TASK TO CARRY OUT:
Below this line is a set of entries; quote exactly the lines from the line that contains "v -2.932 6.1 -2.721" to the line that contains "v 2.494 6.1 -3.127", both lines included.

[DATA SHOWN Boundary: Start]

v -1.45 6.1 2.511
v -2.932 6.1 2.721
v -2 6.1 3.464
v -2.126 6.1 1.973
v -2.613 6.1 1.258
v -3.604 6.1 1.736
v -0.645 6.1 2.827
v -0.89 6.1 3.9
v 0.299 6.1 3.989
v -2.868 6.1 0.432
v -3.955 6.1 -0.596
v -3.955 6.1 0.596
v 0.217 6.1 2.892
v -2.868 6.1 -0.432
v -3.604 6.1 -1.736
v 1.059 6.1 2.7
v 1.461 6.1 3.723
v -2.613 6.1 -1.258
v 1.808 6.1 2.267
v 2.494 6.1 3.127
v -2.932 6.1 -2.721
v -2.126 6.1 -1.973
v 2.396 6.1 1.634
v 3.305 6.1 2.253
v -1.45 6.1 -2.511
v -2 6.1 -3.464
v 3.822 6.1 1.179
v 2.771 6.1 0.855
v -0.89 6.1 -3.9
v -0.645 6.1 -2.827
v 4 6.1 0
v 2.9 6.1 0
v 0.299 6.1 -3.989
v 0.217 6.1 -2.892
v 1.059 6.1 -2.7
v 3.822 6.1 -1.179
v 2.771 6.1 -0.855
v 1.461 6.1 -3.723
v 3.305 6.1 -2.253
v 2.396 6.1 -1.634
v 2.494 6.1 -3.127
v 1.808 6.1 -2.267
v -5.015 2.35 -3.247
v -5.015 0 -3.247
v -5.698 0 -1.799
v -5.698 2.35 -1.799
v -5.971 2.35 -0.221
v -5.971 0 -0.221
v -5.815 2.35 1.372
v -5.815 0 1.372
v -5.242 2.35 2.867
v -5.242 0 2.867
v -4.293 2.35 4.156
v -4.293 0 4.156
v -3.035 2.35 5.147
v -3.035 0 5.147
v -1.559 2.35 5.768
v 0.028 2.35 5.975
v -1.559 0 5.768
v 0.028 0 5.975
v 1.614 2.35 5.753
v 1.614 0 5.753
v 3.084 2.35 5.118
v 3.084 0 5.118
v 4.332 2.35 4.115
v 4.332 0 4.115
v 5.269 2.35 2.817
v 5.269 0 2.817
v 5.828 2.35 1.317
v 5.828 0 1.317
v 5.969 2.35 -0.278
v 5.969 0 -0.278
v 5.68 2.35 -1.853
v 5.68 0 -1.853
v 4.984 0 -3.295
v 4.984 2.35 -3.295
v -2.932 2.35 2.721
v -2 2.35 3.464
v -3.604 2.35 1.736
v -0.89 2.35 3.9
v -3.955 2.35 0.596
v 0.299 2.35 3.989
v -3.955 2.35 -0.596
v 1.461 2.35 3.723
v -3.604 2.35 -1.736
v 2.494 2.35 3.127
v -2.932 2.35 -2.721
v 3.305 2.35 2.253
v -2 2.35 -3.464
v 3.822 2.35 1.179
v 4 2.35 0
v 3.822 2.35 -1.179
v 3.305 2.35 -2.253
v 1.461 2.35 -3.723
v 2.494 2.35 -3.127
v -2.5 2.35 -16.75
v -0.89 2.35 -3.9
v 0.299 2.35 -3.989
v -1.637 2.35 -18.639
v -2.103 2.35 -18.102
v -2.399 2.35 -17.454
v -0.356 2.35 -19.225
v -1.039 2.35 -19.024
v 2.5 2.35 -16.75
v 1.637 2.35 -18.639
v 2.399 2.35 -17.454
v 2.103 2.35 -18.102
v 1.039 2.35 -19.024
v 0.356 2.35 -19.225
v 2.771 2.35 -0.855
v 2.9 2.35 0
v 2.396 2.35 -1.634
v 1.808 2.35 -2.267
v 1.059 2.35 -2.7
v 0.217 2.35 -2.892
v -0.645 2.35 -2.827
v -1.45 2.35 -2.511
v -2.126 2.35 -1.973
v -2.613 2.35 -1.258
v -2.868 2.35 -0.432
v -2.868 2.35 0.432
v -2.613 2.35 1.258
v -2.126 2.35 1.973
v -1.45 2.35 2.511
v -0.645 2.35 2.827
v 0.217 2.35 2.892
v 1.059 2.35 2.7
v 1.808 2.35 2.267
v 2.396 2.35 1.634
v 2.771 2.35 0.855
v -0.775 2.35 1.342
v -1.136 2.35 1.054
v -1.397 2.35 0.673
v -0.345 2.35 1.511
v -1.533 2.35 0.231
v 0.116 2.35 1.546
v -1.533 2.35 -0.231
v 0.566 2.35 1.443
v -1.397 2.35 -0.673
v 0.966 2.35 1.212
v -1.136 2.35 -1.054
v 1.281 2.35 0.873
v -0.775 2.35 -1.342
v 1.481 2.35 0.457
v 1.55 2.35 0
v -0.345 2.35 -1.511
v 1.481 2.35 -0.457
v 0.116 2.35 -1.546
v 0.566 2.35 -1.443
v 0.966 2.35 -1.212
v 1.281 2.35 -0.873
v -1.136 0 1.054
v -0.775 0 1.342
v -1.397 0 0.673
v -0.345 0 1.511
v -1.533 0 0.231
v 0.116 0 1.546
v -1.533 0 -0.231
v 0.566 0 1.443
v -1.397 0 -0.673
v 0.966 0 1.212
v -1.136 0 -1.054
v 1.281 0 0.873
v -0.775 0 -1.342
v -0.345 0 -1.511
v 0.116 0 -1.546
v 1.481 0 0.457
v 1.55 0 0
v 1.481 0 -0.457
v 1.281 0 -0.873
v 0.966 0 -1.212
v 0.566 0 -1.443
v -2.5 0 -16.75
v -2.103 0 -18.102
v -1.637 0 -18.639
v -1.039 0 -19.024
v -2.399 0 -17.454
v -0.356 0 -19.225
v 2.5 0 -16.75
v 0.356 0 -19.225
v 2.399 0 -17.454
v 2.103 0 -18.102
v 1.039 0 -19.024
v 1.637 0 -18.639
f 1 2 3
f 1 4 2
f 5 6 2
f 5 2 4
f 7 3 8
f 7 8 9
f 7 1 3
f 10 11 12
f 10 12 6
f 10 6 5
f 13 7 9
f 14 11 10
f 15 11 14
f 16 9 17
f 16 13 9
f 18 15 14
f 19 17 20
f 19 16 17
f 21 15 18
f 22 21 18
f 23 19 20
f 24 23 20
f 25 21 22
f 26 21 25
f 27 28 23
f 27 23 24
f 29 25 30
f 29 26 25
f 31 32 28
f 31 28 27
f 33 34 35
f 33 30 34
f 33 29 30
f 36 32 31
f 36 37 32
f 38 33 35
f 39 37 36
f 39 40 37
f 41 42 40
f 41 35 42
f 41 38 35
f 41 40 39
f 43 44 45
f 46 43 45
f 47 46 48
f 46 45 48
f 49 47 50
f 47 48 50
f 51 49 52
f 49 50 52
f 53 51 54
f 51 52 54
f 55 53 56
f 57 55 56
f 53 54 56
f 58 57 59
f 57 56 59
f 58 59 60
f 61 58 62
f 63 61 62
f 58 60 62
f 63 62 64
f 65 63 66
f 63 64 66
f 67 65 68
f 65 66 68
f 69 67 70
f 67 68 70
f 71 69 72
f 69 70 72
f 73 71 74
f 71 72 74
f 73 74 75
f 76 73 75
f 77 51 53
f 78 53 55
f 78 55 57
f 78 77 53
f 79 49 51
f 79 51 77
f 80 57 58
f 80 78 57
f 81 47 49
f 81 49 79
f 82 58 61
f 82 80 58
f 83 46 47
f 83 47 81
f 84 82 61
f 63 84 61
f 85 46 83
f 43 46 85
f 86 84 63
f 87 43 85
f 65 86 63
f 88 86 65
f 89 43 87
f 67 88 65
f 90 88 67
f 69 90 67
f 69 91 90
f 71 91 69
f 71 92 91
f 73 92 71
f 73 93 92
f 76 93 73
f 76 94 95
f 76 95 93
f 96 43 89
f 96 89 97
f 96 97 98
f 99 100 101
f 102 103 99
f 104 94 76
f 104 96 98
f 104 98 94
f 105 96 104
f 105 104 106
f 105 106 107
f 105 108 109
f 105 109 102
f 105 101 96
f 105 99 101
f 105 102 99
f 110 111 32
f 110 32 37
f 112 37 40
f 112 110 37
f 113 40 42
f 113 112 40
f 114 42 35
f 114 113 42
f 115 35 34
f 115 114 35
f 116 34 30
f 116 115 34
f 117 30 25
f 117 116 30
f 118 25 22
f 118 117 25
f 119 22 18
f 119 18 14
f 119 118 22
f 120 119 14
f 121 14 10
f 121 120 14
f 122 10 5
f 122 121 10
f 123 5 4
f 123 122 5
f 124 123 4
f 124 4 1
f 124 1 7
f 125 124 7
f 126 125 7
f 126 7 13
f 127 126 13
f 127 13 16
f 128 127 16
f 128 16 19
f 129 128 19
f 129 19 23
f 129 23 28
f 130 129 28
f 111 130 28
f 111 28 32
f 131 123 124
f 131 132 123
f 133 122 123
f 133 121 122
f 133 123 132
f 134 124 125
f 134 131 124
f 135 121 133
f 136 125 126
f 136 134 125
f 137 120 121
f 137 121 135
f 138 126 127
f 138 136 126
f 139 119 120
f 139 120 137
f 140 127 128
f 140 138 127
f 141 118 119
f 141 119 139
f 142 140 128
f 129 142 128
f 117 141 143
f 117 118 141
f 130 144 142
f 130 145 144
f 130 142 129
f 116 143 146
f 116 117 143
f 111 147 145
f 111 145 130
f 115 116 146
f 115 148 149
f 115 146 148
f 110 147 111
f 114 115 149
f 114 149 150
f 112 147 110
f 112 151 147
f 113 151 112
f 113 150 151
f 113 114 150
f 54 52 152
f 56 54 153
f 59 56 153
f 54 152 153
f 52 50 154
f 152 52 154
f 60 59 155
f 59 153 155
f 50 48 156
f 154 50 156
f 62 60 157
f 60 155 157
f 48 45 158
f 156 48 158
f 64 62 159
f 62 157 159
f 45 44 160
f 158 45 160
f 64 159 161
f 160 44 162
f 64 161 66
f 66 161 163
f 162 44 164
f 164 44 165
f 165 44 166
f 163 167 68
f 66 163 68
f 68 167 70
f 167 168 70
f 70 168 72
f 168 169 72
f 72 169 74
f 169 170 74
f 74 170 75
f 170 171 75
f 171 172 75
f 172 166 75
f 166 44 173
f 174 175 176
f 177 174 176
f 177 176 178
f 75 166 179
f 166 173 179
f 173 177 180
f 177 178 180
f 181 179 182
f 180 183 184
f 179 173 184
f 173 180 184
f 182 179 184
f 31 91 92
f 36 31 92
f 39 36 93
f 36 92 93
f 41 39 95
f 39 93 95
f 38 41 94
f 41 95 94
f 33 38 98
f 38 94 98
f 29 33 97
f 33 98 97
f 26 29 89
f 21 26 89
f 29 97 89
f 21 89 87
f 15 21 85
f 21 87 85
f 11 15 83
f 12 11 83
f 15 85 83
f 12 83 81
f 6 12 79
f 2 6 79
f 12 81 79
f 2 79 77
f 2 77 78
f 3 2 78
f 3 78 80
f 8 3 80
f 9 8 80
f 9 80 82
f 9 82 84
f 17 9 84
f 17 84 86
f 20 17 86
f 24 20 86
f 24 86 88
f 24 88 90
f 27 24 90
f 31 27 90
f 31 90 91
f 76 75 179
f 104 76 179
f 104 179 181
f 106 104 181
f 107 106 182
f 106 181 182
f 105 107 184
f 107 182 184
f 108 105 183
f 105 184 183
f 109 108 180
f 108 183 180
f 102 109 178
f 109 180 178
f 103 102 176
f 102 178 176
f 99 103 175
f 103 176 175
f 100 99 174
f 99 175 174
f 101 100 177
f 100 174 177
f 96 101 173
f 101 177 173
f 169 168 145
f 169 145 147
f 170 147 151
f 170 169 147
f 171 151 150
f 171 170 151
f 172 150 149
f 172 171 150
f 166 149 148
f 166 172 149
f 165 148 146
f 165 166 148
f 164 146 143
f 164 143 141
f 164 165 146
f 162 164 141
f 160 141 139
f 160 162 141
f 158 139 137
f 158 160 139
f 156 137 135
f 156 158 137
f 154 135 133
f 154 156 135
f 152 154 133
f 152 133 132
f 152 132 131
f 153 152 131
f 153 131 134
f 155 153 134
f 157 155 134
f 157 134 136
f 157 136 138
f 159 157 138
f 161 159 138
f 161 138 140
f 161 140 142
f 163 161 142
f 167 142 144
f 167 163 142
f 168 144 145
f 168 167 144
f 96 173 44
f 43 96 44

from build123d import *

# Parameters (mm, degrees)
SKETCH1_R           = 1.55
BOSS_EXTRUDE1_DEPTH = 2.35
SKETCH1_3_R         = 4
SKETCH1_3_R_2       = 2.9
BOSS_EXTRUDE2_DEPTH = 6.1


with BuildPart() as part:
    # Sketch1 → Boss-Extrude1 (new body)
    with BuildSketch(Plane(origin=(0, 0, 0), x_dir=(1, 0, 0), z_dir=(0, 1, 0))):
        with BuildLine():
            Line((-2.5, 16.75), (-5.015451004, 3.247441489))
            ThreePointArc((-5.015451004, 3.247441489), (0.028324767, -5.974932862), (4.984436631, 3.294846957))
            Line((4.984436631, 3.294846957), (2.5, 16.75))
            ThreePointArc((2.5, 16.75), (0, 19.25), (-2.5, 16.75))
        make_face()
        Circle(SKETCH1_R, mode=Mode.SUBTRACT)
    extrude(amount=BOSS_EXTRUDE1_DEPTH)

    # Sketch1<3> → Boss-Extrude2 (add)
    with BuildSketch(Plane(origin=(0, 0, 0), x_dir=(1, 0, 0), z_dir=(0, 1, 0))):
        Circle(SKETCH1_3_R)
        Circle(SKETCH1_3_R_2, mode=Mode.SUBTRACT)
    extrude(amount=BOSS_EXTRUDE2_DEPTH)


solid = part.part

[DATA SHOWN Boundary: End]

ANSWER SPACE:
v -2.932 6.1 -2.721
v -2.126 6.1 -1.973
v 2.396 6.1 1.634
v 3.305 6.1 2.253
v -1.45 6.1 -2.511
v -2 6.1 -3.464
v 3.822 6.1 1.179
v 2.771 6.1 0.855
v -0.89 6.1 -3.9
v -0.645 6.1 -2.827
v 4 6.1 0
v 2.9 6.1 0
v 0.299 6.1 -3.989
v 0.217 6.1 -2.892
v 1.059 6.1 -2.7
v 3.822 6.1 -1.179
v 2.771 6.1 -0.855
v 1.461 6.1 -3.723
v 3.305 6.1 -2.253
v 2.396 6.1 -1.634
v 2.494 6.1 -3.127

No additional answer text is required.